26. Método de detecção, de acordo com a reivindicação 25, caracterizado pelo fato de a proporção de células apresentando as estruturas RR variarem de 5% a 50% das células, em que os anéis variam de 5 a 10% e os bastões variam de 90 a 95% no citoplasma das referidas células.

27. Método de detecção, de acordo com a reivindicação 26, caracterizado pelo fato de as referidas estruturas serem observadas na cor vermelha ou verde de acordo com o anticorpo secundário utilizado.

28. Método de detecção, de acordo com a reivindicação 25, 26 ou 27, caracterizado pelo fato de os referidos medicamentos inibidores da enzima IMPDH I e II serem selecionados do grupo que consiste em drogas indutoras de estruturas RR, tais como a ribavirina, micofenolado mofetil (MMF), azatioprina, metotrexato, aciclovir, entre outros.

29. Método de detecção, de acordo com qualquer uma das reivindicações 1 a 28, caracterizado pelo fato de raramente se observar resultado falso positivo.

30. Uso do método conforme definido em qualquer uma das reivindicações 1 a 29, caracterizado pelo fato de ser para investigar a adesão do usuário à medicação que ocasiona a formação de estruturas RR formada por agregados da enzima IMPDH, preferencialmente para investigar a adesão ao tratamento medicamentoso com ribavirina na hepatite C.

31. Kit para executar o método, conforme definido em qualquer uma das reivindicações 1 a 29, caracterizado pelo fato de compreender: - Solução geradora de Gradiente (SGG) com densidade de 1,077 g/ml; - Anticorpo primário anti-RR; - Anticorpo secundário anti-IgG humana, conjugado a uma molécula fluorescente na cor verde ou vermelha; Meio de montagem baseado em glicerol preferencialmente com DAPI (4',6-diamidino-2-phenylindole) ou outro reagente corante de DNA; - Esmalte para selar as lâminas/lamínulas; - Tampão Salina fosfato (PBS); - PBS + 4% paraformaldeído; e - PBS + 1% Albumina Bovina Sérica ultrapura (ABS).

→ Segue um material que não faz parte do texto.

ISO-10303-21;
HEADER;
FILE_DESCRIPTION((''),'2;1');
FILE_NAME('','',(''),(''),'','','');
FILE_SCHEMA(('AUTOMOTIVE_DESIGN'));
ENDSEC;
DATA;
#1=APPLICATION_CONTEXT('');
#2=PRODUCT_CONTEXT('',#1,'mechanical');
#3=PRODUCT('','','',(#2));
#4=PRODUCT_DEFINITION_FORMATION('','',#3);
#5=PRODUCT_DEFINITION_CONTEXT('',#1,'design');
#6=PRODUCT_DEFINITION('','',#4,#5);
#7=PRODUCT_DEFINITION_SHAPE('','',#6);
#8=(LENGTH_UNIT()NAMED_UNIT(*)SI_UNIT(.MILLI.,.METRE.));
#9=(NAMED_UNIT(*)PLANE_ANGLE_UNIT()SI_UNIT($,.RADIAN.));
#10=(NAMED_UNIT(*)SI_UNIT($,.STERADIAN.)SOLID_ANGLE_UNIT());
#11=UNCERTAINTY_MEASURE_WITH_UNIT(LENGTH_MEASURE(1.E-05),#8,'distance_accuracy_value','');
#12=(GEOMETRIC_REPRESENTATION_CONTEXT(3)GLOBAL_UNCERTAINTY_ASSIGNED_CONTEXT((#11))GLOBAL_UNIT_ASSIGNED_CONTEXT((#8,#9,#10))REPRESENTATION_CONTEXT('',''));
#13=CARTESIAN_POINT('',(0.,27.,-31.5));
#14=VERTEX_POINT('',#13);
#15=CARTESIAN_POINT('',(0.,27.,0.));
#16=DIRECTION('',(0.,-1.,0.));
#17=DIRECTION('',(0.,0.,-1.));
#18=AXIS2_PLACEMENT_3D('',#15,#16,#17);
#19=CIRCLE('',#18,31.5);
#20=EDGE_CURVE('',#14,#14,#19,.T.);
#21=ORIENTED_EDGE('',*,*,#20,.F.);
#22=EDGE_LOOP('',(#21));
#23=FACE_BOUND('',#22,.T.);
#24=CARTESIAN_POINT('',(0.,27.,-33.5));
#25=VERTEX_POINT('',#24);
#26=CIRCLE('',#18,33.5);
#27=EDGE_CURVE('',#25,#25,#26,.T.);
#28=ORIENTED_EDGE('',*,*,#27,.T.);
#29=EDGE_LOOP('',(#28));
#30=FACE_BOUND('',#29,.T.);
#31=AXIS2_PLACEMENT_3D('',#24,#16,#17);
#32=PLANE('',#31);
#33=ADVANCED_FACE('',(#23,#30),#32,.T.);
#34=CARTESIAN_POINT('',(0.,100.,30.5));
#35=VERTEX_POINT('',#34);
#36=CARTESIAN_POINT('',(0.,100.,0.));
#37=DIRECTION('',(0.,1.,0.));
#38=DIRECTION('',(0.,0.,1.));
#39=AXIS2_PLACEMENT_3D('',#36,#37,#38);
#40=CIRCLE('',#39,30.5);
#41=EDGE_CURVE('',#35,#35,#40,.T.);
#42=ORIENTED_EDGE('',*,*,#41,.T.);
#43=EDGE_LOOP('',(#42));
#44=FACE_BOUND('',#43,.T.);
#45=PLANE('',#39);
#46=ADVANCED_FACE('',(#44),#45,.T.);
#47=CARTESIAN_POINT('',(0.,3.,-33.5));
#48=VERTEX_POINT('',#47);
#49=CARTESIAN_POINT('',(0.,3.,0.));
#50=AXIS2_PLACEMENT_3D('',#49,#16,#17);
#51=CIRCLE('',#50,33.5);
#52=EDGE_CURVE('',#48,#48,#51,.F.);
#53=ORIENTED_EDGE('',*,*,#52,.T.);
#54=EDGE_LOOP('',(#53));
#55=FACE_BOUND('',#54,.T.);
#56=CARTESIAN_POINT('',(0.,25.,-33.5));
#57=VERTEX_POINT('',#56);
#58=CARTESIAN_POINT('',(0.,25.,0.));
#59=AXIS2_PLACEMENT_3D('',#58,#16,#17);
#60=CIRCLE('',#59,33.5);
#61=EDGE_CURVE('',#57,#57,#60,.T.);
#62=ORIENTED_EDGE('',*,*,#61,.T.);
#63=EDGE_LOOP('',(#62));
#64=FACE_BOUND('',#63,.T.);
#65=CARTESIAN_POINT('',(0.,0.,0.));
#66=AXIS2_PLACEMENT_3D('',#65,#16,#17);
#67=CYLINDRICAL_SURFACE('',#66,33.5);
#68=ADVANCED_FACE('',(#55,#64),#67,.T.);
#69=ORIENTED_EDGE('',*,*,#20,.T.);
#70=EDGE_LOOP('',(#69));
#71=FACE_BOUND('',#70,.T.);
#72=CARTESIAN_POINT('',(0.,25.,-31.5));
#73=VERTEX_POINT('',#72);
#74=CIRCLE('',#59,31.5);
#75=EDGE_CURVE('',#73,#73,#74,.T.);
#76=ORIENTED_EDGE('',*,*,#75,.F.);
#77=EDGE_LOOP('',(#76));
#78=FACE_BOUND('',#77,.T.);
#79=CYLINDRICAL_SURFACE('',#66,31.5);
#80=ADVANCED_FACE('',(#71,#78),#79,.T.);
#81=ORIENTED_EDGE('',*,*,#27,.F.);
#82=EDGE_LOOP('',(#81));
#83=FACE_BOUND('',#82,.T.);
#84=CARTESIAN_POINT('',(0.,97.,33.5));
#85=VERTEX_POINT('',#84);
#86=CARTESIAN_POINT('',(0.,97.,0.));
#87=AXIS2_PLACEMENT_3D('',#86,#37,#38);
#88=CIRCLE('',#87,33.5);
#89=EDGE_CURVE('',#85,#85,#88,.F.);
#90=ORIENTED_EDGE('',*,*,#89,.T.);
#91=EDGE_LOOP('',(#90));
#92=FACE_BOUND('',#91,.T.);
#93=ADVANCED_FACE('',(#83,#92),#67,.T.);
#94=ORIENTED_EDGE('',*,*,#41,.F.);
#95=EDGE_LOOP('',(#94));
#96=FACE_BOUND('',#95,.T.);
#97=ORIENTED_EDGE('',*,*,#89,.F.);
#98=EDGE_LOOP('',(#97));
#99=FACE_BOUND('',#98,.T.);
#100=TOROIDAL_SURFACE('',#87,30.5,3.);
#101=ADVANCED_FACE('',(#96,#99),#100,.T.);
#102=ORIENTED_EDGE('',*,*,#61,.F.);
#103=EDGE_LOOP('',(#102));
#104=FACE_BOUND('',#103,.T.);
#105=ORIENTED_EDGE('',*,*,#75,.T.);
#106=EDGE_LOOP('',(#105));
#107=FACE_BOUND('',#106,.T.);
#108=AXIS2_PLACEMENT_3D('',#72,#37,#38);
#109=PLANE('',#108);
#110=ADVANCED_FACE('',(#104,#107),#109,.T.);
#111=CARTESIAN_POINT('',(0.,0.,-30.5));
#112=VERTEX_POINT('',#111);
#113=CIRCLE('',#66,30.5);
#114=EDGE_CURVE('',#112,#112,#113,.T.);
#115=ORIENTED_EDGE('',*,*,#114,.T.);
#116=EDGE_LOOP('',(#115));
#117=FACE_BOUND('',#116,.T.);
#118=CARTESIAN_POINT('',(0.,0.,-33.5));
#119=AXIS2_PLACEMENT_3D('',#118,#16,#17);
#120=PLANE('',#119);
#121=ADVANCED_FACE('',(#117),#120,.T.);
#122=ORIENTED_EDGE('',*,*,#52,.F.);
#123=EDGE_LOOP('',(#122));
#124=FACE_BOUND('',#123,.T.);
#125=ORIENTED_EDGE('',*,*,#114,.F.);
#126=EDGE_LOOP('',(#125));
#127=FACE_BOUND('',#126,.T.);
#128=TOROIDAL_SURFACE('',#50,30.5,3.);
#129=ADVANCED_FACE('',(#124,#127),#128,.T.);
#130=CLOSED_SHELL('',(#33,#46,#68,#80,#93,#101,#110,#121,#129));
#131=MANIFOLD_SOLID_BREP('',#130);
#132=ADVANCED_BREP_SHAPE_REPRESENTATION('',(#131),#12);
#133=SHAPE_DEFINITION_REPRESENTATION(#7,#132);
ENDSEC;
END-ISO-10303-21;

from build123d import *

# Parameters (mm, degrees)
FILLET1_R = 3
FILLET2_R = 3


with BuildPart() as part:
    # Sketch2 → Revolve1 (revolve)
    with BuildSketch(Plane(origin=(0, 0, 0), x_dir=(0, 0, -1), z_dir=(1, 0, 0))):
        Polygon((0, 0), (0, 100), (33.5, 100), (33.5, 27), (31.5, 27), (31.5, 25), (33.5, 25), (33.5, 0), align=None)
    revolve(axis=Axis((0, 0, 0), (0, 1, 0)))

    # Fillet1
    fillet1_edges = [part.edges().sort_by_distance(p)[0] for p in [
        (0, 100, 33.5),
    ]]
    fillet(fillet1_edges, radius=FILLET1_R)

    # Fillet2
    fillet2_edges = [part.edges().sort_by_distance(p)[0] for p in [
        (0, 0, 33.5),
    ]]
    fillet(fillet2_edges, radius=FILLET2_R)


solid = part.part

32. Kit, de acordo com a reivindicação 31, caracterizado pelo fato de o anticorpo primário anti-RR ser selecionado dos grupos que consistem em anticorpos monoclonais ou policlonais anti-IMPDH, preferencialmente um anticorpo policlonal anti-IMPDH2 de coelho purificado por afinidade, em que alternativamente o anticorpo primário é substituído por soro com reatividade anti-RR que consistem em um pool de soros de paciente HCV anti-RR positivo ou um soro individual de paciente HCV anti-RR positivo.

33. Kit, de acordo com a reivindicação 31 ou 32, caracterizado pelo fato de, alternativamente, o referido anticorpo secundário anti-IgG humana ser conjugado marcado com peroxidase ou outra enzima adequada, para o método imunoenzimático.

34. Kit, de acordo com a reivindicação 31, 32 ou 33, caracterizado pelo fato de, alternativamente, ambos os anticorpos primários possíveis, serem conjugados diretamente com uma substância fluorófora de forma a dispensar a necessidade do uso de anticorpo secundário anti-IgG humana.